We looked at people’s relative travel commute time by public transport compared with driving, the level of public transport service accessible from where they lived, worked or studied, and the number of jobs within 30 minutes of people’s homes by public transport. These are sometimes referred to as measures of regional accessibility.

We found that the greater access people had to resources and public transport regionally, the more they walked.

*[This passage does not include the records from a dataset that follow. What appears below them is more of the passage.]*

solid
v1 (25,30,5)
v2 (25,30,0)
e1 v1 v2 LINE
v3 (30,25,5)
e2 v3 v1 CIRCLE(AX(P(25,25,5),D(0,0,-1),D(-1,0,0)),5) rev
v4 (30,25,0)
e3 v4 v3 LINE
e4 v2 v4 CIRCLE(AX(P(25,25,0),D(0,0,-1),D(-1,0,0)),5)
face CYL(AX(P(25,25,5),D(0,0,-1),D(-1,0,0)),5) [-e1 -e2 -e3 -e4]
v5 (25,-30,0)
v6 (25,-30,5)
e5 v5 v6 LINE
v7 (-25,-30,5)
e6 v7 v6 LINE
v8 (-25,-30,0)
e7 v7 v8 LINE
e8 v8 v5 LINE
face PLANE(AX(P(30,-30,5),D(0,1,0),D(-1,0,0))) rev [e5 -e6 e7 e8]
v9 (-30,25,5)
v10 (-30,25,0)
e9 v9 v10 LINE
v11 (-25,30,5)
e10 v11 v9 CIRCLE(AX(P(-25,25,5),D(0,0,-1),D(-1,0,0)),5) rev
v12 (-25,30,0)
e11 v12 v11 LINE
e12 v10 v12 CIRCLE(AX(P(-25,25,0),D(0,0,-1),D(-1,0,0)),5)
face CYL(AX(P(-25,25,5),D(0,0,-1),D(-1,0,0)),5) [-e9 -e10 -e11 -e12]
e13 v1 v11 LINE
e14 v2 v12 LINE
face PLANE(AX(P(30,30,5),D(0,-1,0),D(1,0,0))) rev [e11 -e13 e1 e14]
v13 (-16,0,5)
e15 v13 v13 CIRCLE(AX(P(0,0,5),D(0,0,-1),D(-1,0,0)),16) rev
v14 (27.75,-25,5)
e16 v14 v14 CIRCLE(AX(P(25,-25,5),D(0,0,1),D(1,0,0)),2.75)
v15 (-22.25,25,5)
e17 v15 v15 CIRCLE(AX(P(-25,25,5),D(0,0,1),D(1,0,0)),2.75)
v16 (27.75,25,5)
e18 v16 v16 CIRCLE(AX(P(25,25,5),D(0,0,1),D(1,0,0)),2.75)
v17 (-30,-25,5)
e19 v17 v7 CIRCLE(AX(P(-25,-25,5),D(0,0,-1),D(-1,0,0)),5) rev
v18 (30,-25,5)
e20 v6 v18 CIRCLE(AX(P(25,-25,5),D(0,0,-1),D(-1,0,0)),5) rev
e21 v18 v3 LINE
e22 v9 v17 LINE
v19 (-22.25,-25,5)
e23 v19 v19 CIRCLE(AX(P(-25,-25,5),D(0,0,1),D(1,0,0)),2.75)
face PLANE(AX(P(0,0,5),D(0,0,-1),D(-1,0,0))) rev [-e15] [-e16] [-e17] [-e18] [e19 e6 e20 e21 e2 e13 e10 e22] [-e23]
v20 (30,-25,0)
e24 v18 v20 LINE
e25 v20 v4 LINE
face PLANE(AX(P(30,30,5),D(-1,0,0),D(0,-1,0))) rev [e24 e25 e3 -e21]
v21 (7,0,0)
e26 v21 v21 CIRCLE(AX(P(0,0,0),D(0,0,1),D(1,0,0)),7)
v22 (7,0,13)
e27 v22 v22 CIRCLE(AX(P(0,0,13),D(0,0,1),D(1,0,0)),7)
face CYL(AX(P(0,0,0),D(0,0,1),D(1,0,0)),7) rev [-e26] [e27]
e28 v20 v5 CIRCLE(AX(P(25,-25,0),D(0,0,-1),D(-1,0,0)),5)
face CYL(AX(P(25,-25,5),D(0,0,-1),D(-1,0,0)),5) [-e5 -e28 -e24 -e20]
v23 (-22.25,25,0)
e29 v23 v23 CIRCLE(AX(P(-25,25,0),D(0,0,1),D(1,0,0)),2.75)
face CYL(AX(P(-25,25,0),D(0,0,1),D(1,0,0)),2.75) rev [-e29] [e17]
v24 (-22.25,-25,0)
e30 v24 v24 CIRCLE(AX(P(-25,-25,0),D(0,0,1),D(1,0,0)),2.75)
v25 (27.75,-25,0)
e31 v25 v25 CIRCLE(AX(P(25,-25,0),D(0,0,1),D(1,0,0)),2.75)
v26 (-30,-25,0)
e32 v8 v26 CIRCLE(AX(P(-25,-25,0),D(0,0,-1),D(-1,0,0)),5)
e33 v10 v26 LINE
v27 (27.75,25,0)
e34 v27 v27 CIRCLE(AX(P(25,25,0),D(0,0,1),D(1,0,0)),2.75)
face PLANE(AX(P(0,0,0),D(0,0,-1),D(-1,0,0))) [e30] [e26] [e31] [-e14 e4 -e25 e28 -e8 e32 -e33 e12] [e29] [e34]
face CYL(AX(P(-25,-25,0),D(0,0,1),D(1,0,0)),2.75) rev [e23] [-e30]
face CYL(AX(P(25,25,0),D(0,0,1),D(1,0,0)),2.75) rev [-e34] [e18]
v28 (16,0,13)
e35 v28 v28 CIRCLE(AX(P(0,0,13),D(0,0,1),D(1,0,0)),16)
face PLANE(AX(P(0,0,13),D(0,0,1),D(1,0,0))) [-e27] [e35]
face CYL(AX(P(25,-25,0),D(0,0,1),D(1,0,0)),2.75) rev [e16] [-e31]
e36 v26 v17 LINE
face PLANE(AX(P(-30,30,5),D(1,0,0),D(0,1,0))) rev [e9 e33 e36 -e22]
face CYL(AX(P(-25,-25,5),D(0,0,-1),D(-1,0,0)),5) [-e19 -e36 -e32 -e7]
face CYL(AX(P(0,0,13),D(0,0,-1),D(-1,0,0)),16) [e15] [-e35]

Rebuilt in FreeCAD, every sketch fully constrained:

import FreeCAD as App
import Part
import Sketcher

V = App.Vector


def edges_at(feature, points):
    """Names of the edges that pass closest to the given points."""
    edges = feature.Shape.Edges
    near = lambda p: min(range(len(edges)), key=lambda i: edges[i].distToShape(Part.Vertex(*p))[0])
    return sorted({f"Edge{near(p) + 1}" for p in points})


def add_polygon(sketch, points):
    """Adds a closed chain of lines whose ends are joined by coincident constraints."""
    first, n = sketch.GeometryCount, len(points)
    for a, b in zip(points, points[1:] + points[:1]):
        sketch.addGeometry(Part.LineSegment(App.Vector(*a, 0), App.Vector(*b, 0)), False)
    for i in range(n):
        sketch.addConstraint(Sketcher.Constraint("Coincident", first + i, 2, first + (i + 1) % n, 1))

doc = App.newDocument("Part")
params = doc.addObject("Spreadsheet::Sheet", "Params")
for row, (alias, value) in enumerate([
    ("sketch1_width", "60 mm"),
    ("pad1_length", "5 mm"),
    ("sketch2_diameter", "5.5 mm"),
    ("pocket1_length", "5 mm"),
    ("fillet_radius", "5 mm"),
    ("sketch3_diameter", "32 mm"),
    ("pad2_length", "8 mm"),
    ("sketch4_diameter", "14 mm"),
], start=1):
    params.set(f"A{row}", alias)
    params.set(f"B{row}", "=" + value)
    params.setAlias(f"B{row}", alias)

body = doc.addObject("PartDesign::Body", "Body")

sketch1 = body.newObject("Sketcher::SketchObject", "Sketch")
sketch1.AttachmentSupport = (doc.getObject("XY_Plane"), [""])
sketch1.MapMode = "FlatFace"
add_polygon(sketch1, [(-30, 30), (-30, -30), (30, -30), (30, 30)])
sketch1.addConstraint([
    Sketcher.Constraint("Vertical", 0),
    Sketcher.Constraint("Horizontal", 1),
    Sketcher.Constraint("Vertical", 2),
    Sketcher.Constraint("Horizontal", 3),
    Sketcher.Constraint("Symmetric", 0, 2, 2, 2, -1, 1),
    Sketcher.Constraint("Equal", 3, 0),
    Sketcher.Constraint("DistanceX", 1, 1, 1, 2, 60.0),
])
sketch1.setExpression("Constraints[10]", "Params.sketch1_width")
pad1 = body.newObject("PartDesign::Pad", "Pad")
pad1.Profile = sketch1
pad1.setExpression("Length", "Params.pad1_length")

sketch2 = body.newObject("Sketcher::SketchObject", "Sketch001")
sketch2.AttachmentSupport = (doc.getObject("XY_Plane"), [""])
sketch2.MapMode = "FlatFace"
sketch2.AttachmentOffset = App.Placement(V(0, 0, 5), App.Rotation())
sketch2.addGeometry([
    Part.Circle(V(-25, 25, 0), V(0, 0, 1), 2.8),
    Part.Circle(V(25, 25, 0), V(0, 0, 1), 2.8),
    Part.Circle(V(25, -25, 0), V(0, 0, 1), 2.8),
    Part.Circle(V(-25, -25, 0), V(0, 0, 1), 2.8),
], False)
sketch2.addConstraint([
    Sketcher.Constraint("Equal", 0, 1),
    Sketcher.Constraint("Equal", 1, 2),
    Sketcher.Constraint("Equal", 2, 3),
    Sketcher.Constraint("Symmetric", 0, 3, 2, 3, -1, 1),
    Sketcher.Constraint("Symmetric", 1, 3, 3, 3, -1, 1),
    Sketcher.Constraint("Symmetric", 0, 3, 1, 3, -2),
    Sketcher.Constraint("Diameter", 0, 5.5),
    Sketcher.Constraint("DistanceX", 0, 3, -1, 1, 25.0),
    Sketcher.Constraint("DistanceY", -1, 1, 0, 3, 25.0),
])
sketch2.setExpression("Constraints[6]", "Params.sketch2_diameter")
pocket1 = body.newObject("PartDesign::Pocket", "Pocket")
pocket1.Profile = sketch2
pocket1.setExpression("Length", "Params.pocket1_length")
doc.recompute()

fillet = body.newObject("PartDesign::Fillet", "Fillet")
fillet.Base = (pocket1, edges_at(pocket1, [
    (-30, 30, 2.5),
    (30, 30, 2.5),
    (30, -30, 2.5),
    (-30, -30, 2.5),
]))
fillet.setExpression("Radius", "Params.fillet_radius")

sketch3 = body.newObject("Sketcher::SketchObject", "Sketch002")
sketch3.AttachmentSupport = (doc.getObject("XY_Plane"), [""])
sketch3.MapMode = "FlatFace"
sketch3.AttachmentOffset = App.Placement(V(0, 0, 5), App.Rotation())
sketch3.addGeometry(Part.Circle(V(0, 0, 0), V(0, 0, 1), 16), False)
sketch3.addConstraint([
    Sketcher.Constraint("Coincident", 0, 3, -1, 1),
    Sketcher.Constraint("Diameter", 0, 32.0),
])
sketch3.setExpression("Constraints[1]", "Params.sketch3_diameter")
pad2 = body.newObject("PartDesign::Pad", "Pad001")
pad2.Profile = sketch3
pad2.setExpression("Length", "Params.pad2_length")

sketch4 = body.newObject("Sketcher::SketchObject", "Sketch003")
sketch4.AttachmentSupport = (doc.getObject("XY_Plane"), [""])
sketch4.MapMode = "FlatFace"
sketch4.AttachmentOffset = App.Placement(V(0, 0, 13), App.Rotation())
sketch4.addGeometry(Part.Circle(V(0, 0, 0), V(0, 0, 1), 7), False)
sketch4.addConstraint([
    Sketcher.Constraint("Coincident", 0, 3, -1, 1),
    Sketcher.Constraint("Diameter", 0, 14.0),
])
sketch4.setExpression("Constraints[1]", "Params.sketch4_diameter")
pocket2 = body.newObject("PartDesign::Pocket", "Pocket001")
pocket2.Profile = sketch4
pocket2.Type = "ThroughAll"

doc.recompute()
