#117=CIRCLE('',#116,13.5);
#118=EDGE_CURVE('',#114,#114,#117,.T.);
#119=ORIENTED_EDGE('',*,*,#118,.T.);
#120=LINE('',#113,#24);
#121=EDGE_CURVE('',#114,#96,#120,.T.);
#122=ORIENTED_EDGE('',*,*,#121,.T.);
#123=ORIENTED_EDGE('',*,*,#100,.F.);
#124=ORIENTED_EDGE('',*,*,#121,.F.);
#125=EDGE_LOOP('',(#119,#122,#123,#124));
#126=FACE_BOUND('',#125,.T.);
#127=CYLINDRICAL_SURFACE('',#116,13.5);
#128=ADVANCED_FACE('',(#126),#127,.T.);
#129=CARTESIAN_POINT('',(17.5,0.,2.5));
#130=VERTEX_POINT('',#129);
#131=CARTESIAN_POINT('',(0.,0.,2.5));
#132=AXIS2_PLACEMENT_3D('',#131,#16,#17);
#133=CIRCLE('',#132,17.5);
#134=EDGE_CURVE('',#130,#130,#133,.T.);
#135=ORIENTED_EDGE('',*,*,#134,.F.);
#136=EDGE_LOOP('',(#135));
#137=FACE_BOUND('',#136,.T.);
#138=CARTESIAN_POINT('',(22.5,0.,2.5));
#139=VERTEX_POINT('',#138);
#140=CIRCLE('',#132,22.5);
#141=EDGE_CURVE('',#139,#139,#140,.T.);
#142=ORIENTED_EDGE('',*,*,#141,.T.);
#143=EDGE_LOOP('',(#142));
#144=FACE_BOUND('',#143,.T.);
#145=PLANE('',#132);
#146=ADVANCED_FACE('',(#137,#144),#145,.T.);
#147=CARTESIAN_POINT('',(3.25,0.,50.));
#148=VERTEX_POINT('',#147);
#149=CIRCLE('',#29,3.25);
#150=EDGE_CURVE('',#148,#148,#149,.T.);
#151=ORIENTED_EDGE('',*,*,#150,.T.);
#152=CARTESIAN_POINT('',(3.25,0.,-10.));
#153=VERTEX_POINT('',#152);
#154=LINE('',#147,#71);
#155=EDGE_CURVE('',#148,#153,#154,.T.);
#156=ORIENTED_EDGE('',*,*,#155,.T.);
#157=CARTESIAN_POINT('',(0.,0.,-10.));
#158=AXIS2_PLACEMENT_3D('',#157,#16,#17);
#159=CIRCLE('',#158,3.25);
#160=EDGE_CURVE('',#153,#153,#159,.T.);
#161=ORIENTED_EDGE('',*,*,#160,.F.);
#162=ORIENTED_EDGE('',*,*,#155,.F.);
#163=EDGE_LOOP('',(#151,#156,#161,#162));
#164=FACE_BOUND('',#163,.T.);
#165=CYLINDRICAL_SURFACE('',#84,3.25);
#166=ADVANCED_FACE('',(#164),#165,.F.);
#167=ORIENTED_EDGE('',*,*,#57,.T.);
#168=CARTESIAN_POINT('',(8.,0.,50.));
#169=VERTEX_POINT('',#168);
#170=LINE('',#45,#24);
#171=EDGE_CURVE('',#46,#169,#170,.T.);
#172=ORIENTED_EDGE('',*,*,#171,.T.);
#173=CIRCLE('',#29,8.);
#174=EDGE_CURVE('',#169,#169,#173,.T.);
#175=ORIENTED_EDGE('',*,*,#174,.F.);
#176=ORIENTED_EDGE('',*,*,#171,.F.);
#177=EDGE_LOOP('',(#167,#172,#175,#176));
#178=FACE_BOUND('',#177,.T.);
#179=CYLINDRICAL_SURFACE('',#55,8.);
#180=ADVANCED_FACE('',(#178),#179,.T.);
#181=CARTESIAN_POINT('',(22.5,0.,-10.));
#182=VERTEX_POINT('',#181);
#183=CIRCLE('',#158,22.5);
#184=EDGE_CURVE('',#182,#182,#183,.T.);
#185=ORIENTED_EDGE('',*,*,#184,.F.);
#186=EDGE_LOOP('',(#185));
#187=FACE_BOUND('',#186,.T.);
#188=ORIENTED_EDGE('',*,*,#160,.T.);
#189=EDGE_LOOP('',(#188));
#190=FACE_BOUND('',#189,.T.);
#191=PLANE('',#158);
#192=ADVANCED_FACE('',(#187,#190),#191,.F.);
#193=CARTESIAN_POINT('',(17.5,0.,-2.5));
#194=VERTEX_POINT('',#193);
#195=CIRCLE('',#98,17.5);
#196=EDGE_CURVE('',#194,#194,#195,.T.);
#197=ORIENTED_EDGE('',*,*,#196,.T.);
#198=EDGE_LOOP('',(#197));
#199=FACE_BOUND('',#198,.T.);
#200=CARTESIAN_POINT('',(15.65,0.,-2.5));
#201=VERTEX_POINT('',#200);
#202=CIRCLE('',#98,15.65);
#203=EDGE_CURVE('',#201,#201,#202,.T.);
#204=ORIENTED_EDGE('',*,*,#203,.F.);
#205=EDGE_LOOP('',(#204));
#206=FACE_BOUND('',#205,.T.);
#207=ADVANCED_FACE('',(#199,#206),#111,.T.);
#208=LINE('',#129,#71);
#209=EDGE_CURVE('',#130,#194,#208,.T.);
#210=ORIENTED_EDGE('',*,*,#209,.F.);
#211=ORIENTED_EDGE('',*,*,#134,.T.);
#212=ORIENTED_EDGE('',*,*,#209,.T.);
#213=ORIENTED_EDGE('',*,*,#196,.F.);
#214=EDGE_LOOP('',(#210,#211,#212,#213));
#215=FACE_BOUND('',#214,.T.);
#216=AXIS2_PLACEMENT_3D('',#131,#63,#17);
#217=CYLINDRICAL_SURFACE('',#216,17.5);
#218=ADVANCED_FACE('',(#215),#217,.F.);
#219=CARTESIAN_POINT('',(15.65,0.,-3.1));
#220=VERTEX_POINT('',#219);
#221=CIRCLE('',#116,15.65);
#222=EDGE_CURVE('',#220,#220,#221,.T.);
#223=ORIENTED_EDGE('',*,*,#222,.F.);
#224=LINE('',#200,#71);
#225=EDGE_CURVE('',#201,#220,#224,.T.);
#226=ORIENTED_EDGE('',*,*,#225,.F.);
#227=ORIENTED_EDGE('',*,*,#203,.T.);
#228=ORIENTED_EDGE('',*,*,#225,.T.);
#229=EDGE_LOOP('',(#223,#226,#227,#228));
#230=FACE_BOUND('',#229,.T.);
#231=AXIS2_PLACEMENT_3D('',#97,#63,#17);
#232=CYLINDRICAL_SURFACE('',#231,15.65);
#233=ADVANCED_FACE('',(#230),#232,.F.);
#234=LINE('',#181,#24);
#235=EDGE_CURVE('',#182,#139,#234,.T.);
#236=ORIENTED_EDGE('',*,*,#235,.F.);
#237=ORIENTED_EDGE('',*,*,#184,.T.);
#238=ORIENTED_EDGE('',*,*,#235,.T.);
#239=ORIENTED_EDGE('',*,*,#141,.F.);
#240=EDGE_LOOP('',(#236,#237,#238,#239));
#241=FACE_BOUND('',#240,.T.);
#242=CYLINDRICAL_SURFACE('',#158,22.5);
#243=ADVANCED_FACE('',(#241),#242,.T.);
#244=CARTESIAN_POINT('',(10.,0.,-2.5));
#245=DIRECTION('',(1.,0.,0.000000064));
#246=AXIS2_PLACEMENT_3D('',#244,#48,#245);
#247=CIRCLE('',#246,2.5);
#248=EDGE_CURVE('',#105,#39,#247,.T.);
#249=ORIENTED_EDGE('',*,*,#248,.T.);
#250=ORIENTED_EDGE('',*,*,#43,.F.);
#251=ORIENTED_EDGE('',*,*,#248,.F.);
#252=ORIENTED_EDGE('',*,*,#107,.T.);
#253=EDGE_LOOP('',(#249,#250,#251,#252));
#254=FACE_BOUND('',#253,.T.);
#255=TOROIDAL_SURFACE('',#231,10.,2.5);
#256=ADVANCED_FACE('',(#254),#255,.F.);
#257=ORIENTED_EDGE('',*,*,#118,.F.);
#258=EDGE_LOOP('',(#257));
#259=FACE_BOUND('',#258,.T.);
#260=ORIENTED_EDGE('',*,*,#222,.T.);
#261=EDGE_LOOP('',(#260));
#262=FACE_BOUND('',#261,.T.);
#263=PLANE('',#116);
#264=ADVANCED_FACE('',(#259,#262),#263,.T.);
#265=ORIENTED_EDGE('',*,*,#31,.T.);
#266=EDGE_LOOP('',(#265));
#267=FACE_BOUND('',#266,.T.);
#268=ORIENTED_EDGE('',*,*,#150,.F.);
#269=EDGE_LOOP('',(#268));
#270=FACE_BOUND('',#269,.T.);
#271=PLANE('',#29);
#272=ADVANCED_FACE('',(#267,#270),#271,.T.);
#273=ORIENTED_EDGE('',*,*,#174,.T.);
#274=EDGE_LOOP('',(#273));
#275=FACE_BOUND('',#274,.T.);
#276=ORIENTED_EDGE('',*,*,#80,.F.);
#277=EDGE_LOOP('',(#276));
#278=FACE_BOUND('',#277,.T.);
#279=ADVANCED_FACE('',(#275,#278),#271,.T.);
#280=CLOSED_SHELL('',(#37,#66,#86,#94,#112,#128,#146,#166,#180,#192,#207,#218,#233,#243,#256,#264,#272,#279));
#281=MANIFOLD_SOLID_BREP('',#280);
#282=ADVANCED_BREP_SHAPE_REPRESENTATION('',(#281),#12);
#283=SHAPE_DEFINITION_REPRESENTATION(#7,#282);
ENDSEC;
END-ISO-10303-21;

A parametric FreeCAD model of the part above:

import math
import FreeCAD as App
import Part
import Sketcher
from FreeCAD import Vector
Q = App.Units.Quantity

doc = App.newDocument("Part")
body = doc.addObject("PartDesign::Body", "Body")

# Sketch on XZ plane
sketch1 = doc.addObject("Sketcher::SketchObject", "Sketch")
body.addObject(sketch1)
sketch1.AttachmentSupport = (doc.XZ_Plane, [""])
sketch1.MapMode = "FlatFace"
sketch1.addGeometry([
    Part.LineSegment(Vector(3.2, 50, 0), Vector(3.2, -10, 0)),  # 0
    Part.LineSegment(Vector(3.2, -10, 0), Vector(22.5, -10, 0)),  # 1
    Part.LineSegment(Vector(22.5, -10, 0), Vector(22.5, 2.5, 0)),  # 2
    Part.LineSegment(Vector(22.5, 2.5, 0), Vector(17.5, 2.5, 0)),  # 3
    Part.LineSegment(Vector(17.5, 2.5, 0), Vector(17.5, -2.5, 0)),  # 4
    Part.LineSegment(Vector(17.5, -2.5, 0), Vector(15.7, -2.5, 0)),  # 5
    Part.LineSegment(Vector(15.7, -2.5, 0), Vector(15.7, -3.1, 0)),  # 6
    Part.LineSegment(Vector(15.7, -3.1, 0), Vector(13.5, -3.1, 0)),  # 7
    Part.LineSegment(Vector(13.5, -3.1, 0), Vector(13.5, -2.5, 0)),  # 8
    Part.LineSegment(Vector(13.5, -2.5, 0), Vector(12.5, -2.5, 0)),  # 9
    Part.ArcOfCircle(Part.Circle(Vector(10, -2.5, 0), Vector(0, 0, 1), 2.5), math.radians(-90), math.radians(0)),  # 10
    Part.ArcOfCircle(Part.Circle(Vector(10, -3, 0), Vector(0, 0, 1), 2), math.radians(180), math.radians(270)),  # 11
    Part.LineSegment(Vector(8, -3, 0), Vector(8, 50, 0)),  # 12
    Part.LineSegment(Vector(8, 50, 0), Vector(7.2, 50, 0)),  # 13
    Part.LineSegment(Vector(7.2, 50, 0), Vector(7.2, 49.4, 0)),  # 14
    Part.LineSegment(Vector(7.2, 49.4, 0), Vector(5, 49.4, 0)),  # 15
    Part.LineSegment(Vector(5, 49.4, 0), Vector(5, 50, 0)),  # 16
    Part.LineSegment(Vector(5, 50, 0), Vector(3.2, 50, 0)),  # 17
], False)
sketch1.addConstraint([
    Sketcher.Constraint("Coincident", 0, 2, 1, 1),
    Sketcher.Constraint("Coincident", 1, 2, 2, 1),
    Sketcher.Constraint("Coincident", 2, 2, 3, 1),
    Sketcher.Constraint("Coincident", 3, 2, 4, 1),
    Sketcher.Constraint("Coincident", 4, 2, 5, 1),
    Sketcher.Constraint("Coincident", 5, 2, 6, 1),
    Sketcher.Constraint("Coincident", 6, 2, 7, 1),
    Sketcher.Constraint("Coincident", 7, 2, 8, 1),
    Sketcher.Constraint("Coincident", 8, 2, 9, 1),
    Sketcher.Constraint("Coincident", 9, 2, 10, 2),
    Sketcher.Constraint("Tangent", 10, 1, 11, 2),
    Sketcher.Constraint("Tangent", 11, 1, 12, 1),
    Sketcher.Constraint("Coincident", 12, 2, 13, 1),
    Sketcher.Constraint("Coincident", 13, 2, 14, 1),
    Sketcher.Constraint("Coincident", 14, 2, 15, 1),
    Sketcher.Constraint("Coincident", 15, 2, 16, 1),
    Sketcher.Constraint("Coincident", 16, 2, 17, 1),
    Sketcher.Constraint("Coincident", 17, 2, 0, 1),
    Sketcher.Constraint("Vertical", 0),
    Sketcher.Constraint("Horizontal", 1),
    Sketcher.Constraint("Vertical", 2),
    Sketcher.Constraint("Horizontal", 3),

For example, after accounting for local accessibility, people living in places with a higher number of jobs available within a 30-minute public transport journey walked just over four minutes more on average than people in areas with very low job availability.

People living in places where taking public transport was more efficient timewise than driving, walked more than seven minutes extra a day compared with people with low levels of public transport.

A little extra help

Our study also looked at the combination of local and regional accessibility to see if they encouraged people to walk even more.

We found that high exposure to both local accessibility and public transport accessible opportunities beyond the immediate neighbourhood was associated with greater walking benefits than exposure to just one or the other alone.

This combination of factors supported people to do around ten minutes more (give or take depending on the measures used) of walking on average per day.

We know people who travel by public transport are likely to walk more than those who travel by car.

Public transport effectively separates people from their own vehicle, be it at home or a park-and-ride stop. Public transport delivers them as pedestrians close to their destination, which in turn promotes walking throughout the day.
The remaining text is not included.